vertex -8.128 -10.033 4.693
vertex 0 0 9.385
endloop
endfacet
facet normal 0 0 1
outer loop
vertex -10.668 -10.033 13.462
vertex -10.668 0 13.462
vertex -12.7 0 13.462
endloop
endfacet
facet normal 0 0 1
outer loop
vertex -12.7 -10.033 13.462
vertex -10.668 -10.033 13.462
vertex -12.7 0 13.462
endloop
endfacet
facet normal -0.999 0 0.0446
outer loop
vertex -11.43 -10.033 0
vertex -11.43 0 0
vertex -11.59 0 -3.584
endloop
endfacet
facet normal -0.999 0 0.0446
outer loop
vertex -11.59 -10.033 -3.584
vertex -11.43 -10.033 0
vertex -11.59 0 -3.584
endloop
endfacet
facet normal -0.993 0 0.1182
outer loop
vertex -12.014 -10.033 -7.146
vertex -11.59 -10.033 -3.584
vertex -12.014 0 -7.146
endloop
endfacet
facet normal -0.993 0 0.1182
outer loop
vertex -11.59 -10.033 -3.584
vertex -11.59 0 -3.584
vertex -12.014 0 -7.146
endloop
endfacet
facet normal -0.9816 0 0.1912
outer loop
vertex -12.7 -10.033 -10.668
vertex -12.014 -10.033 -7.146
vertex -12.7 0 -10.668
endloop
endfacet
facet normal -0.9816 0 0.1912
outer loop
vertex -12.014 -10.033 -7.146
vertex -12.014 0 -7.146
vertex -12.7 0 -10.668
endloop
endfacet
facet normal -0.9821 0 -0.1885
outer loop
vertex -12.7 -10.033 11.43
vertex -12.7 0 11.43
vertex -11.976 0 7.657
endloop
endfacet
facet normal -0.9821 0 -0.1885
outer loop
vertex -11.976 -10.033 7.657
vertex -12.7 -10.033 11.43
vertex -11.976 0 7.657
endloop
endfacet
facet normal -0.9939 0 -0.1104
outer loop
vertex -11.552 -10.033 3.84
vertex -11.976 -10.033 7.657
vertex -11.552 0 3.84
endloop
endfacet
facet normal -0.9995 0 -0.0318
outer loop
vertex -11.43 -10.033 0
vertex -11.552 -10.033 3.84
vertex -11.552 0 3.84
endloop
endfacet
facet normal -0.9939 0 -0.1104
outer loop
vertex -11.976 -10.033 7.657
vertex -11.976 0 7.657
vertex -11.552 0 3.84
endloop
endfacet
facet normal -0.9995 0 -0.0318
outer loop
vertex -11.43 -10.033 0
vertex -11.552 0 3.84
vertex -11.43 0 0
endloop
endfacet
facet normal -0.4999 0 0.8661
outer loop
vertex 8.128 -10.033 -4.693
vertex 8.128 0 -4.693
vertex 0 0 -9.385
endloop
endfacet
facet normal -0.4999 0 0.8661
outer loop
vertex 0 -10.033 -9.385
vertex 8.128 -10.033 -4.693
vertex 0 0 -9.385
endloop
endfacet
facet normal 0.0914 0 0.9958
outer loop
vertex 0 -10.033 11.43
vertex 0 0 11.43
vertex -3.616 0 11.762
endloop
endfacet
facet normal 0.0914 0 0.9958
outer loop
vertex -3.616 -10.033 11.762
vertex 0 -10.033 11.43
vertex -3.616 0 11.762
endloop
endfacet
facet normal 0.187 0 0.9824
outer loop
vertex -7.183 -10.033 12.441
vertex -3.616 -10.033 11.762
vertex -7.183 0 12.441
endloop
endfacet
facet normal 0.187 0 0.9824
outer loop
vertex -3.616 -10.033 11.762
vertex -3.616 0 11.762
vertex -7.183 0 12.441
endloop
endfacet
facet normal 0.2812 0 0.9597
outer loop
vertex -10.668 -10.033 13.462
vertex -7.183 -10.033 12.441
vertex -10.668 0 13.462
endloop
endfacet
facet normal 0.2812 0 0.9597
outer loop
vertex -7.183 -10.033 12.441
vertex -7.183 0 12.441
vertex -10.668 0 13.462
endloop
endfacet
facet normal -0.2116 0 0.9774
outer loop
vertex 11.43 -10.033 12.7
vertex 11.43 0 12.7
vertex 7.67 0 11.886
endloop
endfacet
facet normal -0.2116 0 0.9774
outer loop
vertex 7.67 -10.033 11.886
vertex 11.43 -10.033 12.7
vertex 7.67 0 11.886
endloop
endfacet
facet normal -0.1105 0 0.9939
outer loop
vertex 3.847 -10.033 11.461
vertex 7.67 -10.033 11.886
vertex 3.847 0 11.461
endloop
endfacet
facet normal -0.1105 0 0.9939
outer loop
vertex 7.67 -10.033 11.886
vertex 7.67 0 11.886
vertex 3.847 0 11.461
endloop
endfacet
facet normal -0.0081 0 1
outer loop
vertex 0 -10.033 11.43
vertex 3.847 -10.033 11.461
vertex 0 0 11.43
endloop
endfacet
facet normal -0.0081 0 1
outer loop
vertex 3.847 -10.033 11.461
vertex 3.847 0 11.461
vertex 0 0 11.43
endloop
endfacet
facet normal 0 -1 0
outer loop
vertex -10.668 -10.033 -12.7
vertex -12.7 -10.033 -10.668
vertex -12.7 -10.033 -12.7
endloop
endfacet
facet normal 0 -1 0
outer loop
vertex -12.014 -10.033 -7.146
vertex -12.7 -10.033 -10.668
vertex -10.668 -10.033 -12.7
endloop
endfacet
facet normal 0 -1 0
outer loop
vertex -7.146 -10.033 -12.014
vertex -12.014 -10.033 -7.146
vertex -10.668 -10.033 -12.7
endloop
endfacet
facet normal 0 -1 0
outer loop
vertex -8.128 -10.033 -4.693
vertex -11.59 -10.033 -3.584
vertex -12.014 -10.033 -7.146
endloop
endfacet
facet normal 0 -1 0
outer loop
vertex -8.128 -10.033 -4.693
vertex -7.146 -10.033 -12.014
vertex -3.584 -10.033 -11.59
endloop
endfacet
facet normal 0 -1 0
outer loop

--------

**Work instructions:**
The entries above should be set down again exactly as they appear.

**Exercise answer:**
vertex -8.128 -10.033 4.693
vertex 0 0 9.385
endloop
endfacet
facet normal 0 0 1
outer loop
vertex -10.668 -10.033 13.462
vertex -10.668 0 13.462
vertex -12.7 0 13.462
endloop
endfacet
facet normal 0 0 1
outer loop
vertex -12.7 -10.033 13.462
vertex -10.668 -10.033 13.462
vertex -12.7 0 13.462
endloop
endfacet
facet normal -0.999 0 0.0446
outer loop
vertex -11.43 -10.033 0
vertex -11.43 0 0
vertex -11.59 0 -3.584
endloop
endfacet
facet normal -0.999 0 0.0446
outer loop
vertex -11.59 -10.033 -3.584
vertex -11.43 -10.033 0
vertex -11.59 0 -3.584
endloop
endfacet
facet normal -0.993 0 0.1182
outer loop
vertex -12.014 -10.033 -7.146
vertex -11.59 -10.033 -3.584
vertex -12.014 0 -7.146
endloop
endfacet
facet normal -0.993 0 0.1182
outer loop
vertex -11.59 -10.033 -3.584
vertex -11.59 0 -3.584
vertex -12.014 0 -7.146
endloop
endfacet
facet normal -0.9816 0 0.1912
outer loop
vertex -12.7 -10.033 -10.668
vertex -12.014 -10.033 -7.146
vertex -12.7 0 -10.668
endloop
endfacet
facet normal -0.9816 0 0.1912
outer loop
vertex -12.014 -10.033 -7.146
vertex -12.014 0 -7.146
vertex -12.7 0 -10.668
endloop
endfacet
facet normal -0.9821 0 -0.1885
outer loop
vertex -12.7 -10.033 11.43
vertex -12.7 0 11.43
vertex -11.976 0 7.657
endloop
endfacet
facet normal -0.9821 0 -0.1885
outer loop
vertex -11.976 -10.033 7.657
vertex -12.7 -10.033 11.43
vertex -11.976 0 7.657
endloop
endfacet
facet normal -0.9939 0 -0.1104
outer loop
vertex -11.552 -10.033 3.84
vertex -11.976 -10.033 7.657
vertex -11.552 0 3.84
endloop
endfacet
facet normal -0.9995 0 -0.0318
outer loop
vertex -11.43 -10.033 0
vertex -11.552 -10.033 3.84
vertex -11.552 0 3.84
endloop
endfacet
facet normal -0.9939 0 -0.1104
outer loop
vertex -11.976 -10.033 7.657
vertex -11.976 0 7.657
vertex -11.552 0 3.84
endloop
endfacet
facet normal -0.9995 0 -0.0318
outer loop
vertex -11.43 -10.033 0
vertex -11.552 0 3.84
vertex -11.43 0 0
endloop
endfacet
facet normal -0.4999 0 0.8661
outer loop
vertex 8.128 -10.033 -4.693
vertex 8.128 0 -4.693
vertex 0 0 -9.385
endloop
endfacet
facet normal -0.4999 0 0.8661
outer loop
vertex 0 -10.033 -9.385
vertex 8.128 -10.033 -4.693
vertex 0 0 -9.385
endloop
endfacet
facet normal 0.0914 0 0.9958
outer loop
vertex 0 -10.033 11.43
vertex 0 0 11.43
vertex -3.616 0 11.762
endloop
endfacet
facet normal 0.0914 0 0.9958
outer loop
vertex -3.616 -10.033 11.762
vertex 0 -10.033 11.43
vertex -3.616 0 11.762
endloop
endfacet
facet normal 0.187 0 0.9824
outer loop
vertex -7.183 -10.033 12.441
vertex -3.616 -10.033 11.762
vertex -7.183 0 12.441
endloop
endfacet
facet normal 0.187 0 0.9824
outer loop
vertex -3.616 -10.033 11.762
vertex -3.616 0 11.762
vertex -7.183 0 12.441
endloop
endfacet
facet normal 0.2812 0 0.9597
outer loop
vertex -10.668 -10.033 13.462
vertex -7.183 -10.033 12.441
vertex -10.668 0 13.462
endloop
endfacet
facet normal 0.2812 0 0.9597
outer loop
vertex -7.183 -10.033 12.441
vertex -7.183 0 12.441
vertex -10.668 0 13.462
endloop
endfacet
facet normal -0.2116 0 0.9774
outer loop
vertex 11.43 -10.033 12.7
vertex 11.43 0 12.7
vertex 7.67 0 11.886
endloop
endfacet
facet normal -0.2116 0 0.9774
outer loop
vertex 7.67 -10.033 11.886
vertex 11.43 -10.033 12.7
vertex 7.67 0 11.886
endloop
endfacet
facet normal -0.1105 0 0.9939
outer loop
vertex 3.847 -10.033 11.461
vertex 7.67 -10.033 11.886
vertex 3.847 0 11.461
endloop
endfacet
facet normal -0.1105 0 0.9939
outer loop
vertex 7.67 -10.033 11.886
vertex 7.67 0 11.886
vertex 3.847 0 11.461
endloop
endfacet
facet normal -0.0081 0 1
outer loop
vertex 0 -10.033 11.43
vertex 3.847 -10.033 11.461
vertex 0 0 11.43
endloop
endfacet
facet normal -0.0081 0 1
outer loop
vertex 3.847 -10.033 11.461
vertex 3.847 0 11.461
vertex 0 0 11.43
endloop
endfacet
facet normal 0 -1 0
outer loop
vertex -10.668 -10.033 -12.7
vertex -12.7 -10.033 -10.668
vertex -12.7 -10.033 -12.7
endloop
endfacet
facet normal 0 -1 0
outer loop
vertex -12.014 -10.033 -7.146
vertex -12.7 -10.033 -10.668
vertex -10.668 -10.033 -12.7
endloop
endfacet
facet normal 0 -1 0
outer loop
vertex -7.146 -10.033 -12.014
vertex -12.014 -10.033 -7.146
vertex -10.668 -10.033 -12.7
endloop
endfacet
facet normal 0 -1 0
outer loop
vertex -8.128 -10.033 -4.693
vertex -11.59 -10.033 -3.584
vertex -12.014 -10.033 -7.146
endloop
endfacet
facet normal 0 -1 0
outer loop
vertex -8.128 -10.033 -4.693
vertex -7.146 -10.033 -12.014
vertex -3.584 -10.033 -11.59
endloop
endfacet
facet normal 0 -1 0
outer loop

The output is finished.